Еще одна любезная и пустая улыбка.
– Какое это имеет значение?
– Для меня имеет. И большое.
Малик откидывается назад и вздыхает.
– Ну хорошо… Может быть, мы сможем углубиться в такие подробности в другой раз.
– А почему не сейчас?
– Потому что сейчас мы с вами не совсем одни.
– Мне нечего скрывать, – заявляю я с уверенностью, которой отнюдь не испытываю.
– Нам всем есть что скрывать, Кэтрин. Иногда даже от самих себя.
Его голос похож на палец, который ковыряется в моих мозгах.
– Послушайте, если мы решимся поговорить об этом, то лучшего времени, чем сейчас, не найти.
– Жаль, что вы так считаете. Я было подумал, что вам стоит поразмыслить над тем, чтобы прийти ко мне на прием в качестве пациентки.
У меня снова зачесалась кожа головы.
– Это вы так шутите?
– Я совершенно серьезен.
Я закидываю одну ногу на другую и пытаюсь сохранить на лице непроницаемое выражение.
– Это ведь шутка, не так ли? Я даже не знаю, что делаю здесь, если не считать того, что вы неровно дышали ко мне еще тогда, когда я была глупой девчонкой, которая встречалась с мужчиной на двадцать пять лет старше себя.
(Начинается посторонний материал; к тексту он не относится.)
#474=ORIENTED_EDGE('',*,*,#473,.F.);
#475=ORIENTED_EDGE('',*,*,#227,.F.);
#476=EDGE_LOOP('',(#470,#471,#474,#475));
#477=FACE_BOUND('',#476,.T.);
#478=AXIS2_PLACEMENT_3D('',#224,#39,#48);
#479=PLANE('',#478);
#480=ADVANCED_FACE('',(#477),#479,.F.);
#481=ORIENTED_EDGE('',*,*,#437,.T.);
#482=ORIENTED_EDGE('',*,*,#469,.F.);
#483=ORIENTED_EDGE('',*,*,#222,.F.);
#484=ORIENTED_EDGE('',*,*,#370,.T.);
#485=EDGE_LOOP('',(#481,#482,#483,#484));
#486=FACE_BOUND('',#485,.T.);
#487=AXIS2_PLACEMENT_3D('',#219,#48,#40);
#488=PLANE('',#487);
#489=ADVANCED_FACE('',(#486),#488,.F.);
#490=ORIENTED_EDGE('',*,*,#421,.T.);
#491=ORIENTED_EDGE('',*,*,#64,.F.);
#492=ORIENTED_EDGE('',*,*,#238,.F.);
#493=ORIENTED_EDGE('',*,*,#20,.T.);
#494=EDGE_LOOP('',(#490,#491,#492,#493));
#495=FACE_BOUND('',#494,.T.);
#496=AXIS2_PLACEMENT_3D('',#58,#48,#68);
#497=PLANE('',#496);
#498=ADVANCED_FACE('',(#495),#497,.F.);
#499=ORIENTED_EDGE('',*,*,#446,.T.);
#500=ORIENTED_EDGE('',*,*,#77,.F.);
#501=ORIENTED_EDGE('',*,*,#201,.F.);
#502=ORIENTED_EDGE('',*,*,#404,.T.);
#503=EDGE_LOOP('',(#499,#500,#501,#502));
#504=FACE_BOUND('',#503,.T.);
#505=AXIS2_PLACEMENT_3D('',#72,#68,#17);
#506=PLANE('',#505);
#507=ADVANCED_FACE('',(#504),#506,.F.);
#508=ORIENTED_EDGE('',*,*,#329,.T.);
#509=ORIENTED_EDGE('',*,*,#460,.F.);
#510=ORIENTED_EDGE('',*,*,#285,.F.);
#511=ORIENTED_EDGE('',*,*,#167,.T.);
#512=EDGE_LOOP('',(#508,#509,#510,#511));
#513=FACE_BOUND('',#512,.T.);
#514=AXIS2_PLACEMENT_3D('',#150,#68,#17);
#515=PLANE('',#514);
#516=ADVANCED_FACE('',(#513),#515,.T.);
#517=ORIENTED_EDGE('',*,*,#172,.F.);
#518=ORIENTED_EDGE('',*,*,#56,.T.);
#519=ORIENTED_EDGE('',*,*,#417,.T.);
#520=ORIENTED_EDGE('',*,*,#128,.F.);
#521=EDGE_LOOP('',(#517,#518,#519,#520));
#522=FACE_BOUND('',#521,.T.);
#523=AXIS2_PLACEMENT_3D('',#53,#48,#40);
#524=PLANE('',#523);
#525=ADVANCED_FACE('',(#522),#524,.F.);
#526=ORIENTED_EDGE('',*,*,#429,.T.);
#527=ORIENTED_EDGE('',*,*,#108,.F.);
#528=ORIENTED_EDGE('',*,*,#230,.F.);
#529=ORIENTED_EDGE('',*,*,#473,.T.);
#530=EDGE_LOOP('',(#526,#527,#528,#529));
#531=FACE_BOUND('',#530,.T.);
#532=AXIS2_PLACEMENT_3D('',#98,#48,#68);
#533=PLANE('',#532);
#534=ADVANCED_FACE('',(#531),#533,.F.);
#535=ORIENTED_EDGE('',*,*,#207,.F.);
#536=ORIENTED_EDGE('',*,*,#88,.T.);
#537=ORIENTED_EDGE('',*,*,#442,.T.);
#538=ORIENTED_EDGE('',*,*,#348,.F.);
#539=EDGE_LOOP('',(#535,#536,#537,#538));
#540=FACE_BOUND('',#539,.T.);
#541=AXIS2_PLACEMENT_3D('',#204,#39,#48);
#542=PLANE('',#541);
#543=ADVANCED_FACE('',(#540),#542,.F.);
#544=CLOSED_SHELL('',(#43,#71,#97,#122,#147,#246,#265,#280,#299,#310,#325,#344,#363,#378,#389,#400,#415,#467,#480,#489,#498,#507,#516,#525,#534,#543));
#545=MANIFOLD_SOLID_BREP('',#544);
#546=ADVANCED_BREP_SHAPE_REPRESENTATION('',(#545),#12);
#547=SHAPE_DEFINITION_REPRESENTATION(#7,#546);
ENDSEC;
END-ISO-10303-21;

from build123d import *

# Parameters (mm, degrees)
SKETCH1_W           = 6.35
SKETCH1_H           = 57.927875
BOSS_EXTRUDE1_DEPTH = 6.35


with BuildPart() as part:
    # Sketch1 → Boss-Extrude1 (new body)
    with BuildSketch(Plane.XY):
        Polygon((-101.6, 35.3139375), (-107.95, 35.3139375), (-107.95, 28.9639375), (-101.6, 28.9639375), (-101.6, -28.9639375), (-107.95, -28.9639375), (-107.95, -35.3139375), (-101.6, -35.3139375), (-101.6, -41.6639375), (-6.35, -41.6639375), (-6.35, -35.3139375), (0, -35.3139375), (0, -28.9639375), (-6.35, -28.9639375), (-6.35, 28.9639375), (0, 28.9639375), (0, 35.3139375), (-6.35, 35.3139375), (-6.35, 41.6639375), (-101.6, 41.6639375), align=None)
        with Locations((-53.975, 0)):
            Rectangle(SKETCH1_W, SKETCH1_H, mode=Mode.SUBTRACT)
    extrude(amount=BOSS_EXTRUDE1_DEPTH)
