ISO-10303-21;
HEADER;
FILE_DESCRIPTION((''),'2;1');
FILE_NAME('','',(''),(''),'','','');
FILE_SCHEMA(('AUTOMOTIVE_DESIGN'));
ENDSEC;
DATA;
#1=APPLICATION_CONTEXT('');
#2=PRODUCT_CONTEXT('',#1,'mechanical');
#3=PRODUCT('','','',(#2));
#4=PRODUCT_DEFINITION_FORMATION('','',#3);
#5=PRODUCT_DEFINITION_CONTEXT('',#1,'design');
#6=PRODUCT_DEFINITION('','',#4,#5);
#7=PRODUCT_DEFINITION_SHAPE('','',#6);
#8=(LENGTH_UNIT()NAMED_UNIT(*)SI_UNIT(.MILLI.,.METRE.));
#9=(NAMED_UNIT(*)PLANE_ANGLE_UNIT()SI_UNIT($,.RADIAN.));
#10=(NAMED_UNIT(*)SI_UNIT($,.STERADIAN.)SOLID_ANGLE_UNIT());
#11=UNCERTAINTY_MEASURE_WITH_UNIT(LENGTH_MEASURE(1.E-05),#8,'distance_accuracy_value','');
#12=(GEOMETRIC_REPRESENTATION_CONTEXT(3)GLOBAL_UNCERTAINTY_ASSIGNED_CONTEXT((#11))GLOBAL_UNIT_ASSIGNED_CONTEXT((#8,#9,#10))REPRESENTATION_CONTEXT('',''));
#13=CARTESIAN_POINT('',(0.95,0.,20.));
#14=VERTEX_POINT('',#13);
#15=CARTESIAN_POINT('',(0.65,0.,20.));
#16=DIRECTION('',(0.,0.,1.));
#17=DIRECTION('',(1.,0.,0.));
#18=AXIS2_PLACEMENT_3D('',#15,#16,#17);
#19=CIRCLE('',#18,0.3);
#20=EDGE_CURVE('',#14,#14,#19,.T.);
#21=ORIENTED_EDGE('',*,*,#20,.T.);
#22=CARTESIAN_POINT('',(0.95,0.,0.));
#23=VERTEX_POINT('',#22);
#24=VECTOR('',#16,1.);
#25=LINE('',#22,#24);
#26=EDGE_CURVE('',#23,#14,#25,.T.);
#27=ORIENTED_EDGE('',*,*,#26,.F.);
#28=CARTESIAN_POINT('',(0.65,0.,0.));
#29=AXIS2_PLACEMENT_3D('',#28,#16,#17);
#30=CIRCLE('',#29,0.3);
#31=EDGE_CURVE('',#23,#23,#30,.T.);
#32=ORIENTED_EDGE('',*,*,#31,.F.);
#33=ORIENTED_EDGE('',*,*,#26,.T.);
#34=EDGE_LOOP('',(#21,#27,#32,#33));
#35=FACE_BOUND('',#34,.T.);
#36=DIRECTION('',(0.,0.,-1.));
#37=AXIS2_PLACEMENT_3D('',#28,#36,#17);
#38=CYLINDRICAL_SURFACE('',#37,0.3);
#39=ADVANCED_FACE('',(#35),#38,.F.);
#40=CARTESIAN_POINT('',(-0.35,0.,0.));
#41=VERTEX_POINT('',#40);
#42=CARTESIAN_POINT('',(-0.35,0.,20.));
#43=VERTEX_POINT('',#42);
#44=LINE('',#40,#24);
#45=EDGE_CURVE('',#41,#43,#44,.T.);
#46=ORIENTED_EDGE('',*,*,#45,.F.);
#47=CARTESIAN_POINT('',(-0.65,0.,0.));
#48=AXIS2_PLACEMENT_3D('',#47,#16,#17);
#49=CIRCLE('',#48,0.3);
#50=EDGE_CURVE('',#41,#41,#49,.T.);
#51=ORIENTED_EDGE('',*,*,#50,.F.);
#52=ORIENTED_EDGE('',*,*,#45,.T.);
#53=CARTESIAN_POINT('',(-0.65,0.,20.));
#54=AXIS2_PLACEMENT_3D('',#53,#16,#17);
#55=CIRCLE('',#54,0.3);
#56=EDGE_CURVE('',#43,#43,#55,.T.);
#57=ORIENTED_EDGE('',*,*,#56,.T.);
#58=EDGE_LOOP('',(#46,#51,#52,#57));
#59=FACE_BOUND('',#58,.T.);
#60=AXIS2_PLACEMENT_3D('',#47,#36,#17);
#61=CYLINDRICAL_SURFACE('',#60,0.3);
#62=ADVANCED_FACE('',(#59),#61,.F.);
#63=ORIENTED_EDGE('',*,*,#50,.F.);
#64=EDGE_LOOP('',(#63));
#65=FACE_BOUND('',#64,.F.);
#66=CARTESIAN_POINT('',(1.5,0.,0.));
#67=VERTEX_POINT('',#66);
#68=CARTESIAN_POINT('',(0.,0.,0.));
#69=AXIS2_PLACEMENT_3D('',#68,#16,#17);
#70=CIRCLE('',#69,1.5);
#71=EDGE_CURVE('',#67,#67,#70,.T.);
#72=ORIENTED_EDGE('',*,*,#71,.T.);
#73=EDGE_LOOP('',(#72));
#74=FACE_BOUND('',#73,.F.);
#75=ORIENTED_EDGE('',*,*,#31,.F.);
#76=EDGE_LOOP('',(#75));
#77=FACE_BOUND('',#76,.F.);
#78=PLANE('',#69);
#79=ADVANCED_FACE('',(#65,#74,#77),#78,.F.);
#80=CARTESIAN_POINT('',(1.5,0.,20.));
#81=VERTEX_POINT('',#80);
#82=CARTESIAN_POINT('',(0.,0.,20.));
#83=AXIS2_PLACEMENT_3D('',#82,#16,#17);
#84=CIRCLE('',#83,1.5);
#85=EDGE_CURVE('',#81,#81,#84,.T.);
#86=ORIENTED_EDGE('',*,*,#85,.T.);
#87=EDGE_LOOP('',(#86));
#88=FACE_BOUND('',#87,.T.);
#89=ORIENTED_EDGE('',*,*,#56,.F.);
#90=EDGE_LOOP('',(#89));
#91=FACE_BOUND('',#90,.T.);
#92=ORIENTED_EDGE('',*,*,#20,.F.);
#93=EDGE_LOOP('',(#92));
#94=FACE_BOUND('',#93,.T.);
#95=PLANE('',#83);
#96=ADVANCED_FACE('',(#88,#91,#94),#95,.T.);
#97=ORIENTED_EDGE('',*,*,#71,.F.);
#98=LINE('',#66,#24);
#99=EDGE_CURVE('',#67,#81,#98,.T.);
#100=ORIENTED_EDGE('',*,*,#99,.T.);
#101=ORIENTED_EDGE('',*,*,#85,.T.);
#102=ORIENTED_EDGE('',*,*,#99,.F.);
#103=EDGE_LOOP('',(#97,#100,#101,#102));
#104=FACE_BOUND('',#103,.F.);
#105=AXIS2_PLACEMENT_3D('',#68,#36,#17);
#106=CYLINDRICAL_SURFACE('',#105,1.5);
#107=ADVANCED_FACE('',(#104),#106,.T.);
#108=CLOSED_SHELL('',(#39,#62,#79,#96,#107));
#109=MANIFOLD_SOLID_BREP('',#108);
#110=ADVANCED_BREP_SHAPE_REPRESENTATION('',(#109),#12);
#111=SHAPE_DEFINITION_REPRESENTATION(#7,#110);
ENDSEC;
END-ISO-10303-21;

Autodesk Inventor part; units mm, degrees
ref_plane "YZ Plane" through (0, 0, 0) normal (1, 0, 0) x (0, 1, 0)
ref_plane "XZ Plane" through (0, 0, 0) normal (0, 1, 0) x (-1, 0, 0)
ref_plane "XY Plane" through (0, 0, 0) normal (0, 0, 1) x (1, 0, 0)
sketch "Sketch1" plane through (0, 0, 0) normal (0, 0, 1) x (1, 0, 0)
  circle A0 centre (-0.65, 0) radius 0.3
  circle A1 centre (0.65, 0) radius 0.3
  line L0 (-0.65, 0) -> (0.65, 0) construction
  circle A2 centre (0, 0) radius 1.5
  dimension "d4" = 0.6
  dimension "d5" = 1.3
  dimension "d6" = 3
extrude "Extrusion1" add sketch "Sketch1" along normal blind 20
properties part number "Ceramic-tube-two-holes-phi3x0.5" material "Polystyrene"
– И женатым вдобавок, – добавляет Малик.
– Да, и женатым. Ну и что дальше?
– Вы больше так не делаете, правильно? Не встречаетесь с женатыми мужчинами?
Мне не хочется лгать, но у Шона и так достаточно неприятностей.
– Да, я больше так не делаю.
– Грешки студенческой молодости? Теперь все осталось позади?